At his worst he started visiting Niamh Fitzpatrick, psychologist and sister of Rescue 116 Captain Dara Fitzpatrick who tragically lost her life when the Irish Coast Guard helicopter went down off the Mayo coast in March 2017. Dara and Niamh’s father is a native of Cootehill and the family still have connections there.

“She helped me an awful lot,” reflects Leo, who later began seeing another specialist, Sarah Cassidy in Athboy. “Without putting a tooth in it, they saved my life.”

More than anything, Parkinson’s had shaken the confidence of a man no stranger to holding the rapt attention of high-level execs on a daily basis.

“My self-confidence went completely,” says Leo pausing to let his dog outside. A cross between a Labrador and a Springer Spaniel, Leo shares that there are days “little beauty” ‘Mollie’ still can’t grasp why her owner isn’t as mobile as once before.

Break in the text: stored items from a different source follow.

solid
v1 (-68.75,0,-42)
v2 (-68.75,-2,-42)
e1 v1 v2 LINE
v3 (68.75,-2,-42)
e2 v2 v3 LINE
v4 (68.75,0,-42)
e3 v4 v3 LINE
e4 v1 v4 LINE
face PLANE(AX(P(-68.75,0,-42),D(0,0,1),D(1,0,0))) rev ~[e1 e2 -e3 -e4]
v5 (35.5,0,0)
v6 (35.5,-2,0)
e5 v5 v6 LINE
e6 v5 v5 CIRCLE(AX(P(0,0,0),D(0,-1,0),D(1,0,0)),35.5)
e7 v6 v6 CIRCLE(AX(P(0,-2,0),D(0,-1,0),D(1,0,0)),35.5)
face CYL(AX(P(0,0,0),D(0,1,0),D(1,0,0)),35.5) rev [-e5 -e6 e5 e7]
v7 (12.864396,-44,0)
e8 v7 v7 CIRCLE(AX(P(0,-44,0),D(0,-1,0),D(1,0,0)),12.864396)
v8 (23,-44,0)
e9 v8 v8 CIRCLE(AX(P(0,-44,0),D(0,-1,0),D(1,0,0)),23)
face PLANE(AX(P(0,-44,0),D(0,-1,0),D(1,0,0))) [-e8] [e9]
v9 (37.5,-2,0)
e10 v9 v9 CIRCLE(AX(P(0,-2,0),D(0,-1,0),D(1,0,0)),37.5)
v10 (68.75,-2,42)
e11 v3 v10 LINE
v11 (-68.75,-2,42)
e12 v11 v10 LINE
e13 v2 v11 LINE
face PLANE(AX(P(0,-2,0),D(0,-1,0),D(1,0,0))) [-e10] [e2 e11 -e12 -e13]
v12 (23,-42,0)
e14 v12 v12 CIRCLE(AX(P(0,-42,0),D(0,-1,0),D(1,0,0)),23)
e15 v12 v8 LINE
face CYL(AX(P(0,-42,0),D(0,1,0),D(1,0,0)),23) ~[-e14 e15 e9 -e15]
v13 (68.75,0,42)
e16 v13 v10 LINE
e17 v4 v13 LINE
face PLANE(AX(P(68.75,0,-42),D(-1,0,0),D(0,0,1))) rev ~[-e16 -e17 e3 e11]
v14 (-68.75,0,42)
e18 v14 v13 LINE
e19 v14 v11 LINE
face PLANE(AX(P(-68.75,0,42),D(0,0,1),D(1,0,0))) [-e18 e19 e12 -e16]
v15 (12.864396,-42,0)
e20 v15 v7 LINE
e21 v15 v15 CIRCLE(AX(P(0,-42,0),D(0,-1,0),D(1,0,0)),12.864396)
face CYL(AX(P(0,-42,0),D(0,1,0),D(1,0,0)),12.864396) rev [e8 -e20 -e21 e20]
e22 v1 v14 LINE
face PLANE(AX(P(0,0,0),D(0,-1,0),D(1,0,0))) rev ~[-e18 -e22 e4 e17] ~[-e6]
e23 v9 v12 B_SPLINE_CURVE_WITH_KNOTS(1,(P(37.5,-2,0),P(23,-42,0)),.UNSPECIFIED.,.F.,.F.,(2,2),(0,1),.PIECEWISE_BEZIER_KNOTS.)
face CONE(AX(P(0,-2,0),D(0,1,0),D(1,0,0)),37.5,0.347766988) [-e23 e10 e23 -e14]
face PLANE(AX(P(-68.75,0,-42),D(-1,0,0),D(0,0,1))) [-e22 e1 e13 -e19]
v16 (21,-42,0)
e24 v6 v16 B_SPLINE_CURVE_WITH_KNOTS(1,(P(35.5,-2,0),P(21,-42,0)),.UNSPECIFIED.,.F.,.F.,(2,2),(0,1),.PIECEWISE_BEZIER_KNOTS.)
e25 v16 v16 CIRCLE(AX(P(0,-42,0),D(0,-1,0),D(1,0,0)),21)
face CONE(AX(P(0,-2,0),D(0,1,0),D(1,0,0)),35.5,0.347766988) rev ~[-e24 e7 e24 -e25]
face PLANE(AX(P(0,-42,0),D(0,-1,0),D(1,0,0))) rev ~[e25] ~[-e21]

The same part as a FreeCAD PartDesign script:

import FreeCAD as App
import Part
import Sketcher
from FreeCAD import Vector
Q = App.Units.Quantity


def add_polygon(sketch, points):
    """Adds a closed chain of lines whose ends are joined by coincident constraints."""
    first, n = sketch.GeometryCount, len(points)
    for a, b in zip(points, points[1:] + points[:1]):
        sketch.addGeometry(Part.LineSegment(App.Vector(*a, 0), App.Vector(*b, 0)), False)
    for i in range(n):
        sketch.addConstraint(Sketcher.Constraint("Coincident", first + i, 2, first + (i + 1) % n, 1))

doc = App.newDocument("Part")
body = doc.addObject("PartDesign::Body", "Body")

# Sketch on XZ plane
sketch1 = body.newObject("Sketcher::SketchObject", "Sketch")
sketch1.AttachmentSupport = (doc.getObject("XZ_Plane"), [""])
sketch1.MapMode = "FlatFace"
add_polygon(sketch1, [(-68.75, 42), (-68.75, -42), (68.75, -42), (68.75, 42)])  # lines 0-3
sketch1.addGeometry(Part.Circle(Vector(0, 0, 0), Vector(0, 0, 1), 35.5), False)  # 4
sketch1.addConstraint([
    Sketcher.Constraint("Vertical", 0),
    Sketcher.Constraint("Horizontal", 1),
    Sketcher.Constraint("Vertical", 2),
    Sketcher.Constraint("Horizontal", 3),
    Sketcher.Constraint("Coincident", 4, 3, -1, 1),
    Sketcher.Constraint("Symmetric", 0, 2, 2, 2, -1, 1),
    Sketcher.Constraint("Diameter", 4, Q("71 mm")),
    Sketcher.Constraint("DistanceY", 0, 2, 0, 1, Q("84 mm")),
    Sketcher.Constraint("DistanceX", 1, 1, 1, 2, Q("137.5 mm")),
])
pad1 = body.newObject("PartDesign::Pad", "Pad")
pad1.Profile = sketch1
pad1.Length = 2

# Sketch on XZ plane
sketch2 = body.newObject("Sketcher::SketchObject", "Sketch001")
sketch2.AttachmentSupport = (doc.getObject("XZ_Plane"), [""])
sketch2.MapMode = "FlatFace"
sketch2.AttachmentOffset = App.Placement(Vector(0, 0, 2), App.Rotation())
sketch2.addGeometry(Part.Circle(Vector(0, 0, 0), Vector(0, 0, 1), 37.5), False)
sketch2.addConstraint([
    Sketcher.Constraint("Coincident", 0, 3, -1, 1),
    Sketcher.Constraint("Diameter", 0, Q("75 mm")),
])

# Sketch on XZ plane
sketch3 = body.newObject("Sketcher::SketchObject", "Sketch002")
sketch3.AttachmentSupport = (doc.getObject("XZ_Plane"), [""])
sketch3.MapMode = "FlatFace"
sketch3.AttachmentOffset = App.Placement(Vector(0, 0, 42), App.Rotation())
sketch3.addGeometry(Part.Circle(Vector(0, 0, 0), Vector(0, 0, 1), 23), False)
sketch3.addConstraint([
    Sketcher.Constraint("Coincident", 0, 3, -1, 1),
    Sketcher.Constraint("Diameter", 0, Q("46 mm")),
])

additiveloft = body.newObject("PartDesign::AdditiveLoft", "AdditiveLoft")
additiveloft.Profile = sketch2
additiveloft.Sections = [sketch3]

# Sketch on XZ plane
sketch4 = body.newObject("Sketcher::SketchObject", "Sketch003")
sketch4.AttachmentSupport = (doc.getObject("XZ_Plane"), [""])
sketch4.MapMode = "FlatFace"
sketch4.AttachmentOffset = App.Placement(Vector(0, 0, 2), App.Rotation())
sketch4.addGeometry(Part.Circle(Vector(0, 0, 0), Vector(0, 0, 1), 35.5), False)
sketch4.addConstraint([
    Sketcher.Constraint("Coincident", 0, 3, -1, 1),
    Sketcher.Constraint("Diameter", 0, Q("71 mm")),
])

# Sketch on XZ plane
sketch5 = body.newObject("Sketcher::SketchObject", "Sketch004")
sketch5.AttachmentSupport = (doc.getObject("XZ_Plane"), [""])
sketch5.MapMode = "FlatFace"
sketch5.AttachmentOffset = App.Placement(Vector(0, 0, 42), App.Rotation())
sketch5.addGeometry(Part.Circle(Vector(0, 0, 0), Vector(0, 0, 1), 21), False)
sketch5.addConstraint([
    Sketcher.Constraint("Coincident", 0, 3, -1, 1),
    Sketcher.Constraint("Diameter", 0, Q("42 mm")),
])

subtractiveloft = body.newObject("PartDesign::SubtractiveLoft", "SubtractiveLoft")
subtractiveloft.Profile = sketch4
subtractiveloft.Sections = [sketch5]

# Sketch on XZ plane
sketch6 = body.newObject("Sketcher::SketchObject", "Sketch005")
sketch6.AttachmentSupport = (doc.getObject("XZ_Plane"), [""])
sketch6.MapMode = "FlatFace"
sketch6.AttachmentOffset = App.Placement(Vector(0, 0, 42), App.Rotation())
sketch6.addGeometry([
    Part.Circle(Vector(0, 0, 0), Vector(0, 0, 1), 23),
    Part.Circle(Vector(0, 0, 0), Vector(0, 0, 1), 12.864396),
], False)
sketch6.addConstraint([
    Sketcher.Constraint("Coincident", 0, 3, -1, 1),
    Sketcher.Constraint("Coincident", 1, 3, -1, 1),
    Sketcher.Constraint("Diameter", 0, Q("46 mm")),
    Sketcher.Constraint("Diameter", 1, Q("25.728792 mm")),
])
pad2 = body.newObject("PartDesign::Pad", "Pad001")
pad2.Profile = sketch6
pad2.Length = 2

doc.recompute()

“I didn’t want to be standing in front of people shaking and tremoring. It affected everything - my work-life, home-life, my mood.”

But Dr Cassidy, founder of the Smithsfield Clinic, got Leo back thinking on “the straight and narrow”.

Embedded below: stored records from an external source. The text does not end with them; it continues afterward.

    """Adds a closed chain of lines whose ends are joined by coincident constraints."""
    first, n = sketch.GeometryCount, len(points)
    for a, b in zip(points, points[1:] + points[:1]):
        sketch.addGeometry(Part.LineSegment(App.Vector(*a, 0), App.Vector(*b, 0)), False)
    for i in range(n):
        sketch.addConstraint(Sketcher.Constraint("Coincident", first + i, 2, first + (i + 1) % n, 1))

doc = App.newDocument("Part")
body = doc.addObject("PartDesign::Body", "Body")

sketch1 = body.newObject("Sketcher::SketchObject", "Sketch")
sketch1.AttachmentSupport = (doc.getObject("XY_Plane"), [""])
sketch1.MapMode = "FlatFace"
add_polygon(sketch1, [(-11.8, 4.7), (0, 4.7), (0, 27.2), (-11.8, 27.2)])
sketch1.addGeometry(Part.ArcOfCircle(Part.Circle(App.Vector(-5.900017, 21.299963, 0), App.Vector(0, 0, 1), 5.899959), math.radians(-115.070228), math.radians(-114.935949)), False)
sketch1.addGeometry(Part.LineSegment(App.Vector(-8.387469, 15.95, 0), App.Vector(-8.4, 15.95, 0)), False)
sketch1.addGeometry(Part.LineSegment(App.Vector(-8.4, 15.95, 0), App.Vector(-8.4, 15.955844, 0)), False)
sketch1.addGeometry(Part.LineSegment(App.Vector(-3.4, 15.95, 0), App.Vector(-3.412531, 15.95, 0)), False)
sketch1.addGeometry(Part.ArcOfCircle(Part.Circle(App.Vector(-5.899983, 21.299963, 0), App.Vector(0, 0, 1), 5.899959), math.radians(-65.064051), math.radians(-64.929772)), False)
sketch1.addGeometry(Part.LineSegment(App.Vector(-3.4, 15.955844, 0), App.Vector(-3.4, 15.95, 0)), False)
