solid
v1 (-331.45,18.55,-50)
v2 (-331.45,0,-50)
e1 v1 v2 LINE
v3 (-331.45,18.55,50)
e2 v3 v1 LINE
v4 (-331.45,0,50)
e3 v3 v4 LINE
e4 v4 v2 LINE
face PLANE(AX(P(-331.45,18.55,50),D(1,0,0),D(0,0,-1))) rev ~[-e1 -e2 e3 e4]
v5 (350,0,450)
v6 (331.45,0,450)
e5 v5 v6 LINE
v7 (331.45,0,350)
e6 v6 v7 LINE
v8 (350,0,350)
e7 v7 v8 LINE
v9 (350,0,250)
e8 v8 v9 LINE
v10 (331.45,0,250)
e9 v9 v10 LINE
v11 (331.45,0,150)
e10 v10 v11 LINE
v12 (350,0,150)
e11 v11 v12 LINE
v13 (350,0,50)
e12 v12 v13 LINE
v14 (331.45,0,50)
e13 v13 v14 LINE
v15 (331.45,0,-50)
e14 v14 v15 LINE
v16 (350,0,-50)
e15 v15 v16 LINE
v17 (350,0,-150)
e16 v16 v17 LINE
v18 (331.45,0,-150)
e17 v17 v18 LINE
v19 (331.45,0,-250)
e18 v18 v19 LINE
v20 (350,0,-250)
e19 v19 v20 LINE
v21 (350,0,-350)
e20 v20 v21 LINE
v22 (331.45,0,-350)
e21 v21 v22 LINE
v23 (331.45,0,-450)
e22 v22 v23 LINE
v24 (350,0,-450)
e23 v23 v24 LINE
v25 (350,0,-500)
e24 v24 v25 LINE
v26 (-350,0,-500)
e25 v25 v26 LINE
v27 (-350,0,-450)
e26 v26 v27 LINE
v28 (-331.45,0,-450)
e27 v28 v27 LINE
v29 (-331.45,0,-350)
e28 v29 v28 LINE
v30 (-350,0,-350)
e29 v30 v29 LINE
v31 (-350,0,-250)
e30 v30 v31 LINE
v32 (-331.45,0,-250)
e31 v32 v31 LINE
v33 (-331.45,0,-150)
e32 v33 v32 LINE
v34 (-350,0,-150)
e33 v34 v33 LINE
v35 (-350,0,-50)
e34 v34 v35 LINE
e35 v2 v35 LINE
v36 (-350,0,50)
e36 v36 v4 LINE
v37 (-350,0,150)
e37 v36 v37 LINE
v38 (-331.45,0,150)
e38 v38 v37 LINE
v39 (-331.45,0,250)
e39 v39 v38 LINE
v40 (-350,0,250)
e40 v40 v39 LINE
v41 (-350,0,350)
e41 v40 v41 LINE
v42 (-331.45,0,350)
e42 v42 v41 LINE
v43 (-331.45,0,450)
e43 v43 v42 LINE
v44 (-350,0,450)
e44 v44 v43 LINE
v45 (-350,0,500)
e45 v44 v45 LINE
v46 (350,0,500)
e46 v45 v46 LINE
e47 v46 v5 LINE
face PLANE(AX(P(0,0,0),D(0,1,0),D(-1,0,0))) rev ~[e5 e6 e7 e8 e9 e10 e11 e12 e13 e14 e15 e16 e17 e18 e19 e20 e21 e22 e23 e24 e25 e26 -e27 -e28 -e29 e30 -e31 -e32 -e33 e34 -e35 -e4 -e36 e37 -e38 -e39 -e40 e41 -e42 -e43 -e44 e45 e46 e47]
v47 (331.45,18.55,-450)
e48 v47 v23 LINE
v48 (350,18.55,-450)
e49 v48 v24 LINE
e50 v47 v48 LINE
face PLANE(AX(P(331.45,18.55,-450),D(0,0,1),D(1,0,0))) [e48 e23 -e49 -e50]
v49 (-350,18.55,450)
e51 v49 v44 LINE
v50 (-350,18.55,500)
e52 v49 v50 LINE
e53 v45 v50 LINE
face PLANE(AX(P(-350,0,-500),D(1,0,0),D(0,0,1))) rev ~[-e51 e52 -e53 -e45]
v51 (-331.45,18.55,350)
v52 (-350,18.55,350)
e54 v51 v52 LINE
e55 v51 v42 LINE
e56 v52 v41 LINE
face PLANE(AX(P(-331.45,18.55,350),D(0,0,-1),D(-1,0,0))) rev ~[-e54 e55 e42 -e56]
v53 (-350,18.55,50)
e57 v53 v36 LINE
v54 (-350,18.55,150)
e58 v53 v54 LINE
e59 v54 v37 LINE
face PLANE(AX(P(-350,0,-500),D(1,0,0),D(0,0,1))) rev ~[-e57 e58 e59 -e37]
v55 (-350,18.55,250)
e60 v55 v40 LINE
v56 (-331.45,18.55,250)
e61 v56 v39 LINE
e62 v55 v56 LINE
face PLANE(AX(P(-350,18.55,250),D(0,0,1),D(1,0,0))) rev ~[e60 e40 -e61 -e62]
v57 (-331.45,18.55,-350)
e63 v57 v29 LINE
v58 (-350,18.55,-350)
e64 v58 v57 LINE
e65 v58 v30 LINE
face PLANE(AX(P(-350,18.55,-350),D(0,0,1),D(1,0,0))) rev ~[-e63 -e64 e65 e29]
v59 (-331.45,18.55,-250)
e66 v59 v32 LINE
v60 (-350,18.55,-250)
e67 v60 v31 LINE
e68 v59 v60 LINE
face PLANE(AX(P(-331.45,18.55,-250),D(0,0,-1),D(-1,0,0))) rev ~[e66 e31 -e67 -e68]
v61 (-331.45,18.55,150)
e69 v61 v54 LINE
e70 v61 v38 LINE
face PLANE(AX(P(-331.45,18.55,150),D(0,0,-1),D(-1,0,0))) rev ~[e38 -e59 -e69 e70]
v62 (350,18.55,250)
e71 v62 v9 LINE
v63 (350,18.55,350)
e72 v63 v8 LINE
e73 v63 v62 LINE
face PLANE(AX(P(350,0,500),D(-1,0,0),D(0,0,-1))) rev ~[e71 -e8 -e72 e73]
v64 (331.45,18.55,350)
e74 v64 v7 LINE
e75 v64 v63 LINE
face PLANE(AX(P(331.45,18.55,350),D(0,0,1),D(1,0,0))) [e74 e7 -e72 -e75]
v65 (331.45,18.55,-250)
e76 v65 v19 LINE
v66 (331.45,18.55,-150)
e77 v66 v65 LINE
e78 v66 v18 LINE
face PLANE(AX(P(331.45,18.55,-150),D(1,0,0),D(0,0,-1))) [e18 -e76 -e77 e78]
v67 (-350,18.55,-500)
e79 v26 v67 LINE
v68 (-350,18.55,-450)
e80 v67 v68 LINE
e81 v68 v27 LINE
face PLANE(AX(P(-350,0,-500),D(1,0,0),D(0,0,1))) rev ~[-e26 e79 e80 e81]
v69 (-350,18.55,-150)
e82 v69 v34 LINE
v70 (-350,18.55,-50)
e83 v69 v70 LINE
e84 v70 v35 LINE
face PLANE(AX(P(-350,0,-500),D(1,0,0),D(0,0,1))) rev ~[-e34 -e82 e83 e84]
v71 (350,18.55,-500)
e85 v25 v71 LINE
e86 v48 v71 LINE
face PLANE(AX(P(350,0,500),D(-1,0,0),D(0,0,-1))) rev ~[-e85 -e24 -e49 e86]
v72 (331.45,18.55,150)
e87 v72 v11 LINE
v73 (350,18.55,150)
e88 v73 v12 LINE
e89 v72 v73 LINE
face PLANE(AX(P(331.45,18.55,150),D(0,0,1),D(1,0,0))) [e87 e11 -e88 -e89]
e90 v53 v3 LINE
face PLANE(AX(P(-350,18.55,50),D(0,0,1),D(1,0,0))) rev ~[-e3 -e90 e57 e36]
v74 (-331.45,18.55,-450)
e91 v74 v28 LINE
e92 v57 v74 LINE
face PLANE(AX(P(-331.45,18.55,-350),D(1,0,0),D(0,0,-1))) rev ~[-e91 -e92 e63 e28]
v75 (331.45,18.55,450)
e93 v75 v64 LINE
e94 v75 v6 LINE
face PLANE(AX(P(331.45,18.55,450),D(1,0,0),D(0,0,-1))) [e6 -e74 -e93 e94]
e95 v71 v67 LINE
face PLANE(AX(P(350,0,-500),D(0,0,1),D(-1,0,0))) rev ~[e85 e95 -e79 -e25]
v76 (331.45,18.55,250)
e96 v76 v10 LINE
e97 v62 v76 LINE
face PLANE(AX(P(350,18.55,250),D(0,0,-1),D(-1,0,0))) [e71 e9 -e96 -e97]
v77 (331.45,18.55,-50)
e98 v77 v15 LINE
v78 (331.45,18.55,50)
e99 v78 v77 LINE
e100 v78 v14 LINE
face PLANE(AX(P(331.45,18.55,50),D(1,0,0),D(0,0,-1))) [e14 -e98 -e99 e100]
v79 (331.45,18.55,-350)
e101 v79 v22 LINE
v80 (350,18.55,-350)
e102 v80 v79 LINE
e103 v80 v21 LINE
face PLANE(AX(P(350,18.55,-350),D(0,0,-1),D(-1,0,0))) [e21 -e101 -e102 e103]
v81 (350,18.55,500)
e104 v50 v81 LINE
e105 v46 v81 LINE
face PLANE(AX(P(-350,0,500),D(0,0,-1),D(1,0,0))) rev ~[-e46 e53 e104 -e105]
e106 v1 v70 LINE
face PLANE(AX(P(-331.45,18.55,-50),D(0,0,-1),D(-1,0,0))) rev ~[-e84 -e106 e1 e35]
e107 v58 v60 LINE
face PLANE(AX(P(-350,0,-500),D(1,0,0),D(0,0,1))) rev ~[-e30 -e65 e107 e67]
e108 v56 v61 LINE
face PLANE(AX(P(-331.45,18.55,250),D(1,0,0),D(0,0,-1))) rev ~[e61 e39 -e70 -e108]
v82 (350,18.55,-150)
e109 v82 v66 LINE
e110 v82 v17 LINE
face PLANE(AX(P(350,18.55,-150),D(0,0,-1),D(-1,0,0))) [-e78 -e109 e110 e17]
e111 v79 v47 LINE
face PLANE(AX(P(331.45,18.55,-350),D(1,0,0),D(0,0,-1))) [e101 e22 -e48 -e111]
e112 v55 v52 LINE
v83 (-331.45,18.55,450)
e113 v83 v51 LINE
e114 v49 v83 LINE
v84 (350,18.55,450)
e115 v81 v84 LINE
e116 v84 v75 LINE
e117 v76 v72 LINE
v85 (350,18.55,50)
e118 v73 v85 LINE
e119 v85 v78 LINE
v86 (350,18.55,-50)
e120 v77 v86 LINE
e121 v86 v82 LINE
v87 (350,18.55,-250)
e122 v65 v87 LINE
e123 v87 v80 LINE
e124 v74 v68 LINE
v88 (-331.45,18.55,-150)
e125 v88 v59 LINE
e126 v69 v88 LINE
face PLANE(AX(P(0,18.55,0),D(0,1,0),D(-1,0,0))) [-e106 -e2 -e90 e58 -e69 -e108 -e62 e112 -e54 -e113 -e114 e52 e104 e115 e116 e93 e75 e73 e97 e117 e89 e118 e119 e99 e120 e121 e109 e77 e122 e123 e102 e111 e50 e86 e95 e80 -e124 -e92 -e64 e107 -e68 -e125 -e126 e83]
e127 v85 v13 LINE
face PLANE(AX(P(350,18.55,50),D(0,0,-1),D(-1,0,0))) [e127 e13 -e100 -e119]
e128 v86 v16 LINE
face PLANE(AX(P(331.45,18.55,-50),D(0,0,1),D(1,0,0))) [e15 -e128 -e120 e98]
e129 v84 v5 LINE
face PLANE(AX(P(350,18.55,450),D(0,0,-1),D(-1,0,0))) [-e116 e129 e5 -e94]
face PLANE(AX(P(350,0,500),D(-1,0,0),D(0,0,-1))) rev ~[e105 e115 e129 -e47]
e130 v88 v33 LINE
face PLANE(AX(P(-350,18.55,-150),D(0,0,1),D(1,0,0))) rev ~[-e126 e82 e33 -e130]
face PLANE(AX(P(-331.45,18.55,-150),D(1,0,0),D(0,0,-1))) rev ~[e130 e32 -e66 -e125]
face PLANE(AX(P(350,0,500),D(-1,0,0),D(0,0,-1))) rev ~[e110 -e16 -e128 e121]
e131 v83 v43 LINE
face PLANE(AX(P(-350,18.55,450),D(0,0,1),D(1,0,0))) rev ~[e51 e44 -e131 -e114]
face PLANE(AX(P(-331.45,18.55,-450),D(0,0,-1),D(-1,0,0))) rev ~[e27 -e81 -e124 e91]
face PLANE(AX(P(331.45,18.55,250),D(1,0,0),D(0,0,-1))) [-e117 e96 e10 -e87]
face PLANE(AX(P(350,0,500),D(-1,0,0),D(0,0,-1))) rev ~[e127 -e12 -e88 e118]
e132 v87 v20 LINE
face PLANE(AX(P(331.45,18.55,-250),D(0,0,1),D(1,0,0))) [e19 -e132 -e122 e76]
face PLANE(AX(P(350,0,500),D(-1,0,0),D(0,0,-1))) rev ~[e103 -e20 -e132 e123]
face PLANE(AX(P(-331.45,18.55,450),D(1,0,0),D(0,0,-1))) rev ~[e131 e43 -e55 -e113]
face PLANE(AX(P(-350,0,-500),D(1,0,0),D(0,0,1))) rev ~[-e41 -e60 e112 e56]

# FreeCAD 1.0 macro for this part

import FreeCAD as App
import Part
import Sketcher


def add_polygon(sketch, points):
    """Adds a closed chain of lines whose ends are joined by coincident constraints."""
    first, n = sketch.GeometryCount, len(points)
    for a, b in zip(points, points[1:] + points[:1]):
        sketch.addGeometry(Part.LineSegment(App.Vector(*a, 0), App.Vector(*b, 0)), False)
    for i in range(n):
        sketch.addConstraint(Sketcher.Constraint("Coincident", first + i, 2, first + (i + 1) % n, 1))

doc = App.newDocument("Part")
body = doc.addObject("PartDesign::Body", "Body")

# Sketch on XZ plane
sketch1 = body.newObject("Sketcher::SketchObject", "Sketch")
sketch1.AttachmentSupport = (doc.getObject("XZ_Plane"), [""])
sketch1.MapMode = "FlatFace"
add_polygon(sketch1, [(350, 500), (350, -500), (-350, -500), (-350, 500)])  # lines 0-3
sketch1.addConstraint([
    Sketcher.Constraint("Vertical", 0),
    Sketcher.Constraint("Horizontal", 1),
    Sketcher.Constraint("Vertical", 2),
    Sketcher.Constraint("Horizontal", 3),
    Sketcher.Constraint("Symmetric", 0, 2, 2, 2, -1, 1),
    Sketcher.Constraint("DistanceX", 1, 2, 1, 1, 700.0),
    Sketcher.Constraint("DistanceY", 0, 2, 0, 1, 1000.0),
])
pad1 = body.newObject("PartDesign::Pad", "Pad")
pad1.Profile = sketch1
pad1.Length = 18.55
pad1.Reversed = True

# Sketch on XZ plane
sketch2 = body.newObject("Sketcher::SketchObject", "Sketch001")
sketch2.AttachmentSupport = (doc.getObject("XZ_Plane"), [""])
sketch2.MapMode = "FlatFace"
sketch2.AttachmentOffset = App.Placement(App.Vector(0, 0, -18.55), App.Rotation())
add_polygon(sketch2, [(-331.45, -450), (-350, -450), (-350, -350), (-331.45, -350)])  # lines 0-3
add_polygon(sketch2, [(-331.45, 350), (-350, 350), (-350, 450), (-331.45, 450)])  # lines 4-7
add_polygon(sketch2, [(-331.45, 150), (-350, 150), (-350, 250), (-331.45, 250)])  # lines 8-11
add_polygon(sketch2, [(-331.45, -50), (-350, -50), (-350, 50), (-331.45, 50)])  # lines 12-15
add_polygon(sketch2, [(-331.45, -250), (-350, -250), (-350, -150), (-331.45, -150)])  # lines 16-19
add_polygon(sketch2, [(331.45, 450), (350, 450), (350, 350), (331.45, 350)])  # lines 20-23
add_polygon(sketch2, [(331.45, 250), (350, 250), (350, 150), (331.45, 150)])  # lines 24-27
add_polygon(sketch2, [(331.45, 50), (350, 50), (350, -50), (331.45, -50)])  # lines 28-31
add_polygon(sketch2, [(331.45, -150), (350, -150), (350, -250), (331.45, -250)])  # lines 32-35
add_polygon(sketch2, [(331.45, -350), (350, -350), (350, -450), (331.45, -450)])  # lines 36-39
sketch2.addConstraint([
    Sketcher.Constraint("Horizontal", 0),
    Sketcher.Constraint("Vertical", 1),
    Sketcher.Constraint("Horizontal", 2),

“She got me back thinking about my four kids, how much they mean to me, my wife, who has always been there every step of the way. She got me back to where, yes I have this illness, but no I won’t let it define me or the person that I am.”

Parkinson’s is mainly managed with medication and a combination of physical activity.

Lockdown retreat

2020, a year of turmoil for many, became a period of learning, of introspection, and contentment for Leo.

Leo’s consultant had text him a salutary warning: ‘Stay out of circulation.’

So that’s what Leo did, building an oakframe barn out back with his son, and spending lunchtimes in good weather resting in the company of family, sizzling sausages on the barbecue and watching the condensation on his beer fall like the seconds on a clock.

“[Covid and the accompanying lockdown] moved me in my life from where I had been in a bad place, to a very good place. You can’t put a price on time spent doing things like that.”


There were still however challenges to come. Six months later Leo was shaking so badly his doctor immediately recommended him as a candidate for Deep Brain Stimulation (DBS).

A self-confessed “divil” on social media, Leo had shared a video of his tremoring on Twitter. Within 24 hours the clip had racked-up several thousand views.

“You can only joke it away so much. I’d get embarrassed meeting people too, trying to put my hand in my pocket or jiggle keys to distract from my hand shaking. Then your leg would start, so there’s a lot of social anxiety to deal with.”

In June of this year Leo was on a plane with his eldest daughter Kate destined for London where a surgeon would place thin metal wires to deliver electrical impulses to the portion of his brain responsible for movement.

While transformative for some, DBS is admittedly not for everyone.

Thankfully it has worked for Leo.

Less than 24 hours after discharge, Leo was sitting having a pint with his surgeon at The Scarsdale Tavern in poshest Kensington. “It was absolutely surreal,” recalls Leo, who feels the procedure has given him a “new lease on life”.

Leo, an identical twin to brother Aaron, observes: “I won’t say I’m as fit as a 56-year-old should be, but I’m a hell of a lot better than I might [had it not been for DBS]. No tremors. Smoother walking.”

Leo regard his motivation as his strongest weapon against Parkinson’s. He even hopes to get his pilot’s licence back to go flying hot-air balloons again.

Asked what advice he would now give to someone recently diagnosed with Parkinson’s, Leo says: “Don’t give up, and don’t let it get on top of you. You have to have good humour, even in bad times, no matter how bad it gets. If you lose your humour, the rest soon follows. You can’t resign yourself to live in the fear.”

Now, on bad days when Leo finds while his body wanting to retreat, his mind won’t let it.

“We all have to die sometime. I’m not just ready yet. When there’s fight still in me, I’ll keep swinging, right up to the final bell.”